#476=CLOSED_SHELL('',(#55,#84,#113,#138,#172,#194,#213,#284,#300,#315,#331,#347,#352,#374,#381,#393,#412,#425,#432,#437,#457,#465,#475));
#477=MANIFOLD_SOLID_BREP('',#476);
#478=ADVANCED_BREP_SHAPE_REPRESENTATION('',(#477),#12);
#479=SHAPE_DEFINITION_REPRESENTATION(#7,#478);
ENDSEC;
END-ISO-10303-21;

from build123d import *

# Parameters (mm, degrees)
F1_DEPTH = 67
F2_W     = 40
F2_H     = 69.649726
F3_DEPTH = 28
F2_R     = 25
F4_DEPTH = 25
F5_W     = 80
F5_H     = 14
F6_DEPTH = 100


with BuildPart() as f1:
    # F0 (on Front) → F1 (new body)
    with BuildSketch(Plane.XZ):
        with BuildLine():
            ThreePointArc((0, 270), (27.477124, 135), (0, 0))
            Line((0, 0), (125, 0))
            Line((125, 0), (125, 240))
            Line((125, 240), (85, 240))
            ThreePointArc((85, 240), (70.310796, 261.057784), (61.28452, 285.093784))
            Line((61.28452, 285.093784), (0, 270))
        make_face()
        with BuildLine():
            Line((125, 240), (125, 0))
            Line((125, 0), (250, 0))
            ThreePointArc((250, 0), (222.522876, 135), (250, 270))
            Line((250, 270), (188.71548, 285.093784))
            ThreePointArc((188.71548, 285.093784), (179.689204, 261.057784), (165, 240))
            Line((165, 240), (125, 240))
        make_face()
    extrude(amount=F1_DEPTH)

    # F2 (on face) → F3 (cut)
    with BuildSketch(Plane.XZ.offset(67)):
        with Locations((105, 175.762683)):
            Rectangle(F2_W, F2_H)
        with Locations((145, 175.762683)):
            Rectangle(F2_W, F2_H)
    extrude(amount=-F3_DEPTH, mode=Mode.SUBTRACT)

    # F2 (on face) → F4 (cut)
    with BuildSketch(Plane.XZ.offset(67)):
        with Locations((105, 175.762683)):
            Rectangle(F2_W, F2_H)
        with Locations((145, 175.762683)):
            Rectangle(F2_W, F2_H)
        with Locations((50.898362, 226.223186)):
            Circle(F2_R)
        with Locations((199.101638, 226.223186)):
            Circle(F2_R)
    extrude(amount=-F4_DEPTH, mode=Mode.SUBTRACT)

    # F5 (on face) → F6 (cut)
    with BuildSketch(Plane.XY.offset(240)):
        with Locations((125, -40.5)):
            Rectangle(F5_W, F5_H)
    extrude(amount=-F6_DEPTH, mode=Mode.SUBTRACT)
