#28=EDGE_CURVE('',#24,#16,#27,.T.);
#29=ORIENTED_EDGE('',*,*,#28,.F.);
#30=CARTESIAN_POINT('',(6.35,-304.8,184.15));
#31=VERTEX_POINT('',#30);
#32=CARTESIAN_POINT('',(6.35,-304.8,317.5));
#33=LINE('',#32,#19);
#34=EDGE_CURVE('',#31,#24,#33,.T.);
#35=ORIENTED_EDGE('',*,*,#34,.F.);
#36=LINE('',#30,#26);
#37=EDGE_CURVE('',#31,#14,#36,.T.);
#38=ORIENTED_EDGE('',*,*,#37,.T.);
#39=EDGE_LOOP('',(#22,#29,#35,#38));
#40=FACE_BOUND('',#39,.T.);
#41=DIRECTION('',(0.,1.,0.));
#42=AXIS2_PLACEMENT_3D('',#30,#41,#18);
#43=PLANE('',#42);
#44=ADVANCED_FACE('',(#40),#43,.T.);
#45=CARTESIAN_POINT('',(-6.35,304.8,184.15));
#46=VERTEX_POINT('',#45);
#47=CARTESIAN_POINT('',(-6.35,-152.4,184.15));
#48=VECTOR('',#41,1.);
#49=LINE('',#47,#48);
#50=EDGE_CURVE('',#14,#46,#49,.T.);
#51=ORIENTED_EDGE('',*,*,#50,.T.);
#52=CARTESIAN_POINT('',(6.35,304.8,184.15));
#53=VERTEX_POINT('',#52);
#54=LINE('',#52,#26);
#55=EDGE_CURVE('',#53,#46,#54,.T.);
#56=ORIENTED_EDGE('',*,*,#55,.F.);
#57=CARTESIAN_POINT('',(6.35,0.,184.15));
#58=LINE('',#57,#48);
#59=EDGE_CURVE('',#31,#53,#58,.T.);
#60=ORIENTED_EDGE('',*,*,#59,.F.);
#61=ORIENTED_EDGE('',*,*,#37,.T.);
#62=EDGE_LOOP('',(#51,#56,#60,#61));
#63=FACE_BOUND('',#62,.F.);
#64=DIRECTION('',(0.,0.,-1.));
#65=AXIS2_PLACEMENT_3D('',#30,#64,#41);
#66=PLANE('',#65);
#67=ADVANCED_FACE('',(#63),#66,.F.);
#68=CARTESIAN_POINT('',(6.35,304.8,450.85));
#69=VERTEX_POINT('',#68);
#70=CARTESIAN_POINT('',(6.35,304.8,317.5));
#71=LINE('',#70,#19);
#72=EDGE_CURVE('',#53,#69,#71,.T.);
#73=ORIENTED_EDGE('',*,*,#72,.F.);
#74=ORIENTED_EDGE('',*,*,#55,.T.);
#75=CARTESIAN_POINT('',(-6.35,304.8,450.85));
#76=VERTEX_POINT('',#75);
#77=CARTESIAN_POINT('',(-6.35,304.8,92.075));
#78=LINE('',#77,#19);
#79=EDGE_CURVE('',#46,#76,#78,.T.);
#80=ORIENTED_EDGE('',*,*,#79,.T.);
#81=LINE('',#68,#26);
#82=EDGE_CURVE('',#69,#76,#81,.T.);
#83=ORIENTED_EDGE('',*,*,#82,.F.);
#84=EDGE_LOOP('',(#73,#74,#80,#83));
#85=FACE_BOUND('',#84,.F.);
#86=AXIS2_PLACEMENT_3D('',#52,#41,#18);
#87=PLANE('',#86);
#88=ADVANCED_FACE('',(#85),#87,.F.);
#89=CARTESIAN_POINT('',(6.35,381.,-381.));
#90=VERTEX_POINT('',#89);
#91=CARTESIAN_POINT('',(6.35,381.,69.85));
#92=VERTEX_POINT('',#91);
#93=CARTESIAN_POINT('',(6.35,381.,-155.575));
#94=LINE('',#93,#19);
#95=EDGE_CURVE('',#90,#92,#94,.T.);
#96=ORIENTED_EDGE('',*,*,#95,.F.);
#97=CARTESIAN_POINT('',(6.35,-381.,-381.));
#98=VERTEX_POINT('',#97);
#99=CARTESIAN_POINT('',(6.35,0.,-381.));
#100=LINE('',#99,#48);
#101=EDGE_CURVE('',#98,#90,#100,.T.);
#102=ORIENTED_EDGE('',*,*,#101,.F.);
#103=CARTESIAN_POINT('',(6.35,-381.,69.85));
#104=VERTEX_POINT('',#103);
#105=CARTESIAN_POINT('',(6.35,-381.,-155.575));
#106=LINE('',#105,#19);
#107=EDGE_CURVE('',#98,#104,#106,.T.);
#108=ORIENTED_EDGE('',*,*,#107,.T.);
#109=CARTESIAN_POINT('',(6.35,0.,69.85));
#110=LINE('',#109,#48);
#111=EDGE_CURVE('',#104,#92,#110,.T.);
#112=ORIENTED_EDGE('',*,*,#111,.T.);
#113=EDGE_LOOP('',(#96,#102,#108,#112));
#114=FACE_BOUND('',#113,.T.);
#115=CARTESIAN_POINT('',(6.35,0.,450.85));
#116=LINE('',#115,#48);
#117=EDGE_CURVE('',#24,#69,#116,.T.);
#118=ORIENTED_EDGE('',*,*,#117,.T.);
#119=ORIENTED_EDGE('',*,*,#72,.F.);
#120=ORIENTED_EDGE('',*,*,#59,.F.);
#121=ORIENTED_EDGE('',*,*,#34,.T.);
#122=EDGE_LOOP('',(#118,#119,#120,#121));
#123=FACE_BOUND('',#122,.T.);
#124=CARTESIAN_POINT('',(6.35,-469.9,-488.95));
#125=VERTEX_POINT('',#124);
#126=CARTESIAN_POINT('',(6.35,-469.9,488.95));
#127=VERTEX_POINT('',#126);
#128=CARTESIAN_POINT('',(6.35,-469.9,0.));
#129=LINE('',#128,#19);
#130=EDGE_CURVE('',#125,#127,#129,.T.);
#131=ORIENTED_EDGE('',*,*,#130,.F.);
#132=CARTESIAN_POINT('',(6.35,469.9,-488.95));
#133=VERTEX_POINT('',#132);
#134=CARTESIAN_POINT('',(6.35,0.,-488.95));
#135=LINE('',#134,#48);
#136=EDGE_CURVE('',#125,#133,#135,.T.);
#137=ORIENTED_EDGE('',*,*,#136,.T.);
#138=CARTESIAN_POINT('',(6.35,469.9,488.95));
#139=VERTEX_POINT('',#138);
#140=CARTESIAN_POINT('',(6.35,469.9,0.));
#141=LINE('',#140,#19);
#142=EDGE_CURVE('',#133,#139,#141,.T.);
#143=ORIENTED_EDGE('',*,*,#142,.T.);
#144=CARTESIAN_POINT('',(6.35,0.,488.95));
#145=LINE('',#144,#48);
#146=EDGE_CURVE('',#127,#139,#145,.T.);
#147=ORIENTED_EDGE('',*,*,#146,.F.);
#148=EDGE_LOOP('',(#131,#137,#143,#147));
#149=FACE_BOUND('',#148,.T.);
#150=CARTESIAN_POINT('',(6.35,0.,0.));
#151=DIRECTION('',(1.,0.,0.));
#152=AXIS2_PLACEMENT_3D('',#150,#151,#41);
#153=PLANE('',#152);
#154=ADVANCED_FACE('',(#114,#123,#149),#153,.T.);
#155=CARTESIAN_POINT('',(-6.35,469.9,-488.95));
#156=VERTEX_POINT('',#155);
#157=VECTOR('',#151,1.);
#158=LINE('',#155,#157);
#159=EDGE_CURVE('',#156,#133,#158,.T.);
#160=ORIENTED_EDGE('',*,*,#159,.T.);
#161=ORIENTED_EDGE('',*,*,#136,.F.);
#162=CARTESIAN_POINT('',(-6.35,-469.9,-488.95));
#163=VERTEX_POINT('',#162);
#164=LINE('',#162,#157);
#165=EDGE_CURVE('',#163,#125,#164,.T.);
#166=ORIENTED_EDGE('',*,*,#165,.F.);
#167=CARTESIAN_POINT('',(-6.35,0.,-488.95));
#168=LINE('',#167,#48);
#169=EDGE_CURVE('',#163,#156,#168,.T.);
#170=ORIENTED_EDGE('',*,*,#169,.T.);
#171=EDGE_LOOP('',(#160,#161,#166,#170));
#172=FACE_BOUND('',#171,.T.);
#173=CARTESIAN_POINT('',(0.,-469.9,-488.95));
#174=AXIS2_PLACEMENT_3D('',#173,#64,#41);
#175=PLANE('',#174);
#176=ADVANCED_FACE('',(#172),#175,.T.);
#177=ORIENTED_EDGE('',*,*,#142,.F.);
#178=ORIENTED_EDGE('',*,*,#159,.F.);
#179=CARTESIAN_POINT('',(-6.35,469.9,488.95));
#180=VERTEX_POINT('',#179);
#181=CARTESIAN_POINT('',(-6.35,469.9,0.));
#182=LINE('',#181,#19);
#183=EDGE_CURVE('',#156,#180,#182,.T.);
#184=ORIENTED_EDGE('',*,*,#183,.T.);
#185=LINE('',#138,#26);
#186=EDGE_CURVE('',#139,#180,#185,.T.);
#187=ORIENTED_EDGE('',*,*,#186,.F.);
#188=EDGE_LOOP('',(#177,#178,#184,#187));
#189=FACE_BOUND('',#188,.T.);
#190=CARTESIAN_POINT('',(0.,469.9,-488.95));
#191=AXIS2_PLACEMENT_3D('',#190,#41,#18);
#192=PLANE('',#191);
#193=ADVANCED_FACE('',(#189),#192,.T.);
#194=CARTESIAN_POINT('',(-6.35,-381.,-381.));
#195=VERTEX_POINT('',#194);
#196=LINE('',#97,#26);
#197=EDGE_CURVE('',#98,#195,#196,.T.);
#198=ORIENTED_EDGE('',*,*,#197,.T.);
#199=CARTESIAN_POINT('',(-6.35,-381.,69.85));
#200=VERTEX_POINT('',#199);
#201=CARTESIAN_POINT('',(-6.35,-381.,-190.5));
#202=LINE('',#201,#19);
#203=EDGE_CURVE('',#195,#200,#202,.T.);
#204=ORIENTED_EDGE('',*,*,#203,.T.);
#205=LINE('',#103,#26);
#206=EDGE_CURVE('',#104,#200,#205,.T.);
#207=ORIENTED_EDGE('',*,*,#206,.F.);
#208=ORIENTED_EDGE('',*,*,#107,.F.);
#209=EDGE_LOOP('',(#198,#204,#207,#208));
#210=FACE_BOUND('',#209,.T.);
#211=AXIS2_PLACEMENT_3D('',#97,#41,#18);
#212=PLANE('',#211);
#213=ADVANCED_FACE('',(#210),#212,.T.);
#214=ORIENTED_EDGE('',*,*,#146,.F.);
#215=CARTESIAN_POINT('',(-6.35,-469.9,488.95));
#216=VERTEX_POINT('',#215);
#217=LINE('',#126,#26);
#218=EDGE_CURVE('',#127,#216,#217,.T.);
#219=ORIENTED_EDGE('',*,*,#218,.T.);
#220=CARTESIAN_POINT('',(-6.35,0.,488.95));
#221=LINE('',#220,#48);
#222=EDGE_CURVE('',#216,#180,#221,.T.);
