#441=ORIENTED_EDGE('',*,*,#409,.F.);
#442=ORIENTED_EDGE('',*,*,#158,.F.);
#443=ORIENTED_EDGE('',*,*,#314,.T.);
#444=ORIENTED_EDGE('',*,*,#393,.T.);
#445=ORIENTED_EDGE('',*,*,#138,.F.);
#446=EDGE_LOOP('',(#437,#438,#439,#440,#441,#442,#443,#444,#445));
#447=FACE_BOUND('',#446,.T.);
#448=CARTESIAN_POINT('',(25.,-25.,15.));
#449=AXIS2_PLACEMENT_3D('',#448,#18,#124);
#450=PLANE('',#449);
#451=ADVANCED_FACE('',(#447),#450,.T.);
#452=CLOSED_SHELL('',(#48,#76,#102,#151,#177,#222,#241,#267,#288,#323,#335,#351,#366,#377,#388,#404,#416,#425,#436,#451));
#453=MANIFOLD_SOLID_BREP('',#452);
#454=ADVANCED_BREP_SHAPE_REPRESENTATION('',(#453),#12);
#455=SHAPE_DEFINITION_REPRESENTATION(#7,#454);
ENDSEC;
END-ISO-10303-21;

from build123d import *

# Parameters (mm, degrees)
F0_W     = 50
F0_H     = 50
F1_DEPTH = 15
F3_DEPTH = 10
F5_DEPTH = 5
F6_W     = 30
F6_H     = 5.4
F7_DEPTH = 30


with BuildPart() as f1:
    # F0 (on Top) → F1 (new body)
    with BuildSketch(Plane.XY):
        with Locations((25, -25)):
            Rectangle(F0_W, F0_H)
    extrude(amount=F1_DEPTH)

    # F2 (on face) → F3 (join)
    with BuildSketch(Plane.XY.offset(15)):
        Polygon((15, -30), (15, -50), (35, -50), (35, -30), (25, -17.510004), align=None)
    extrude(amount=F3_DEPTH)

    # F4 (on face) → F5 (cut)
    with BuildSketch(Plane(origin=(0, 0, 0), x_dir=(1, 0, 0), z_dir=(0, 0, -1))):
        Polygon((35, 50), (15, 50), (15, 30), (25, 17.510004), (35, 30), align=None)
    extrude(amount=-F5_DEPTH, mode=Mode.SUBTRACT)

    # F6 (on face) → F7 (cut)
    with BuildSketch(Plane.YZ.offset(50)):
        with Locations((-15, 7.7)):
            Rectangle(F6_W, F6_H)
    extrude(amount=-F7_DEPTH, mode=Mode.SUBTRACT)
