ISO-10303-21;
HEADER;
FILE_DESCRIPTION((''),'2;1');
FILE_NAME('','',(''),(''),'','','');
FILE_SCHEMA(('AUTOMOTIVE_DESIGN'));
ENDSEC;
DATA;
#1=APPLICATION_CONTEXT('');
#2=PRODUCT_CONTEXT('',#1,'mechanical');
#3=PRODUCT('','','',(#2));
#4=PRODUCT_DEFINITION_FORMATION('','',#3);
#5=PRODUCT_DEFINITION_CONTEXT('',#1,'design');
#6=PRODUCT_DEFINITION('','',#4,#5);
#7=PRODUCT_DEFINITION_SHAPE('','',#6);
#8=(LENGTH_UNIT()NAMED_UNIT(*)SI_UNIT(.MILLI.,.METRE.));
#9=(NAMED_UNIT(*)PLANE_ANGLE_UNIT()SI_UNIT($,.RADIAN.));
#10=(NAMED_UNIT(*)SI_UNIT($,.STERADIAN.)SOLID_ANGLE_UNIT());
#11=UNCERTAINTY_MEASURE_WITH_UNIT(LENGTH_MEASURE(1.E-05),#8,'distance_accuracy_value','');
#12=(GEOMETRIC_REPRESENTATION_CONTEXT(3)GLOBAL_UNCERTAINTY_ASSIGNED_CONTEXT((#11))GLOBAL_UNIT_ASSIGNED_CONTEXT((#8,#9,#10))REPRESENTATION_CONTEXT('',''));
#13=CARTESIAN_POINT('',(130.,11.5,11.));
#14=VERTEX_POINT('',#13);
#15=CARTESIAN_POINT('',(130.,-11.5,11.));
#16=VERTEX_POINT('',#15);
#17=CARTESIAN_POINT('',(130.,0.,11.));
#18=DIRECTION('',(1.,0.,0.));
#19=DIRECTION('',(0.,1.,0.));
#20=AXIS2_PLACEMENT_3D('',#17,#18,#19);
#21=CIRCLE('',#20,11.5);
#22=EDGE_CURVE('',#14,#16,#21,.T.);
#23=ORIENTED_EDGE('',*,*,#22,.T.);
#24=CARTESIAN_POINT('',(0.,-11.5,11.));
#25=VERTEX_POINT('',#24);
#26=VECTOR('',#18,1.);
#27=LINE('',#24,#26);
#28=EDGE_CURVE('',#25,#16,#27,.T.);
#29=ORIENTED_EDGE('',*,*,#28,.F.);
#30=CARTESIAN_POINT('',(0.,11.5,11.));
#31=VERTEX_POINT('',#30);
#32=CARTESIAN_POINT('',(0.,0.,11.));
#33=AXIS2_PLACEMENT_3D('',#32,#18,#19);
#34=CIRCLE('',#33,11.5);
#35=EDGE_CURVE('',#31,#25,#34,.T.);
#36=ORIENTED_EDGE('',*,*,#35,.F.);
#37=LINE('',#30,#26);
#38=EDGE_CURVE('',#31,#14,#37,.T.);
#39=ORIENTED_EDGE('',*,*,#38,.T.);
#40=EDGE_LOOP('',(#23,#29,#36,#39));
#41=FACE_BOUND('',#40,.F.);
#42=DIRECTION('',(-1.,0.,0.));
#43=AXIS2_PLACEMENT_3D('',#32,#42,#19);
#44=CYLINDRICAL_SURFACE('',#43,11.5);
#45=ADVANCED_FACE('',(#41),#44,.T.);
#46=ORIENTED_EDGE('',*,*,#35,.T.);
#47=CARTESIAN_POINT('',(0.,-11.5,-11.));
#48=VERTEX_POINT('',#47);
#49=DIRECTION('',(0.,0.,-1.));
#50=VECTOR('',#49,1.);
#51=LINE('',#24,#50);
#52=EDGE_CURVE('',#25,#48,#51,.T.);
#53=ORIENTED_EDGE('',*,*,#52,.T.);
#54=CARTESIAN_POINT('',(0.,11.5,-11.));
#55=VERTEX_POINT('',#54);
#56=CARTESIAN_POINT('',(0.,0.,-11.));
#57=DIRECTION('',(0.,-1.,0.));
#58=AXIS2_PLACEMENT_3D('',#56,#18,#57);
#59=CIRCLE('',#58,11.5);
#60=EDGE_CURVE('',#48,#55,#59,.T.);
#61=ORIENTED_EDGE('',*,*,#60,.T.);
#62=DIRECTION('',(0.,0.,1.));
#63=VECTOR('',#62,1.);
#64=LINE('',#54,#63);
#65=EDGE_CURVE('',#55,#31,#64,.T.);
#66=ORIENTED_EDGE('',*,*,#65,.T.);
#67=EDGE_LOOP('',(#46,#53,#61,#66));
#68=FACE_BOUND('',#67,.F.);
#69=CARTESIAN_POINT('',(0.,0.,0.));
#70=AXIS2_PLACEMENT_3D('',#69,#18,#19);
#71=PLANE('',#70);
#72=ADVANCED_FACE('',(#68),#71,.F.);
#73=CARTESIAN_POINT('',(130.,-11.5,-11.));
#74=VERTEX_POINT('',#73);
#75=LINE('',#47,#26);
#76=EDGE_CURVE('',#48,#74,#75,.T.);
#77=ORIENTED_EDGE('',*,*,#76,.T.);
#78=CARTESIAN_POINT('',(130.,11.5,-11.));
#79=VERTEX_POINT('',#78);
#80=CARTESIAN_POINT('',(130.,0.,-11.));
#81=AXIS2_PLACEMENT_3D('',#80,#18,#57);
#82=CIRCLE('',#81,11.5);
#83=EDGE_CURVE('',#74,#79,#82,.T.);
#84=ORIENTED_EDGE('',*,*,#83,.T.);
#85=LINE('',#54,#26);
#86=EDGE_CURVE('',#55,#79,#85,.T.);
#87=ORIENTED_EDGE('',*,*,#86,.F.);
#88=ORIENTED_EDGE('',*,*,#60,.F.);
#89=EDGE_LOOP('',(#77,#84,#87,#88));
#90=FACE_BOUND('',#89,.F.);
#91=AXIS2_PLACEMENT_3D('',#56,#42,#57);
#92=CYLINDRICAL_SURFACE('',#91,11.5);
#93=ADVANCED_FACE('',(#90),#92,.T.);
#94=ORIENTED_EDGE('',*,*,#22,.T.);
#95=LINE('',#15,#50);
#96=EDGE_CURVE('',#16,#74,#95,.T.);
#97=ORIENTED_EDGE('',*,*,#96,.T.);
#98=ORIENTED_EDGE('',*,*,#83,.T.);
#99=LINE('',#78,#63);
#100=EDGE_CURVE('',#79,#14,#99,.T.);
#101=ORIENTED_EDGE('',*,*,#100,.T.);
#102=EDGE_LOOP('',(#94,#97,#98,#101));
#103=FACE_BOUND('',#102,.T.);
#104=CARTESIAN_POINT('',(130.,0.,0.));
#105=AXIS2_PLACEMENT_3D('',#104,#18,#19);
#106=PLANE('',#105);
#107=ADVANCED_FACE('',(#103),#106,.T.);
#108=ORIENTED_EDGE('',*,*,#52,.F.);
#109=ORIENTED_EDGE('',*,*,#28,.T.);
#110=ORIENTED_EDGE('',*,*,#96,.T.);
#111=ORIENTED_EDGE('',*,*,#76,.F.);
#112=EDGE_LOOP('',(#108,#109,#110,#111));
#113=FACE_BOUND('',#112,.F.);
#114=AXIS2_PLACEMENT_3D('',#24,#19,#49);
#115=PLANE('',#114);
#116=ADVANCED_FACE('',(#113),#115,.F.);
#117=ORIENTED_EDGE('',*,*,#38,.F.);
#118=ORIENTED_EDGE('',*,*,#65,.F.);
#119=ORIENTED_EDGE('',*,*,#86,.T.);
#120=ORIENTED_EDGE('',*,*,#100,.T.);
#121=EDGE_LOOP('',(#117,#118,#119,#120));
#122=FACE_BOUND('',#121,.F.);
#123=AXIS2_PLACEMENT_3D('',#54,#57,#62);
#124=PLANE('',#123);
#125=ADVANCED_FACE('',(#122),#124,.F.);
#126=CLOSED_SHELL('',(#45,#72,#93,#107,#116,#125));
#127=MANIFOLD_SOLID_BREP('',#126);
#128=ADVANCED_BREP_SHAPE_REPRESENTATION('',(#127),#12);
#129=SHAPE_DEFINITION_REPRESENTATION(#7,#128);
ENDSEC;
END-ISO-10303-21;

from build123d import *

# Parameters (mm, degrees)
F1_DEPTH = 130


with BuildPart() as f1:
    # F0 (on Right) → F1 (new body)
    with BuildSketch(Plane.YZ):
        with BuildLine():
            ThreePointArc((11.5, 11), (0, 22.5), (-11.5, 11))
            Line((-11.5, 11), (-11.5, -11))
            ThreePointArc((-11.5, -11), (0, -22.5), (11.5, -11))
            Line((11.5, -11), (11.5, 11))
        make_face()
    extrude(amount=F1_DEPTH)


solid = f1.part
════════════════════
Instructions to follow >> From the material above, retype precisely the lines between the line holding "#220=CARTESIAN_POINT('',(-6.35,0.,488.95));" and the line holding "#449=AXIS2_PLACEMENT_3D('',#448,#18,#124);", inclusive, and nothing beyond them.

Solution to this exercise >>
#220=CARTESIAN_POINT('',(-6.35,0.,488.95));
#221=LINE('',#220,#48);
#222=EDGE_CURVE('',#216,#180,#221,.T.);
#441=ORIENTED_EDGE('',*,*,#409,.F.);
#442=ORIENTED_EDGE('',*,*,#158,.F.);
#443=ORIENTED_EDGE('',*,*,#314,.T.);
#444=ORIENTED_EDGE('',*,*,#393,.T.);
#445=ORIENTED_EDGE('',*,*,#138,.F.);
#446=EDGE_LOOP('',(#437,#438,#439,#440,#441,#442,#443,#444,#445));
#447=FACE_BOUND('',#446,.T.);
#448=CARTESIAN_POINT('',(25.,-25.,15.));
#449=AXIS2_PLACEMENT_3D('',#448,#18,#124);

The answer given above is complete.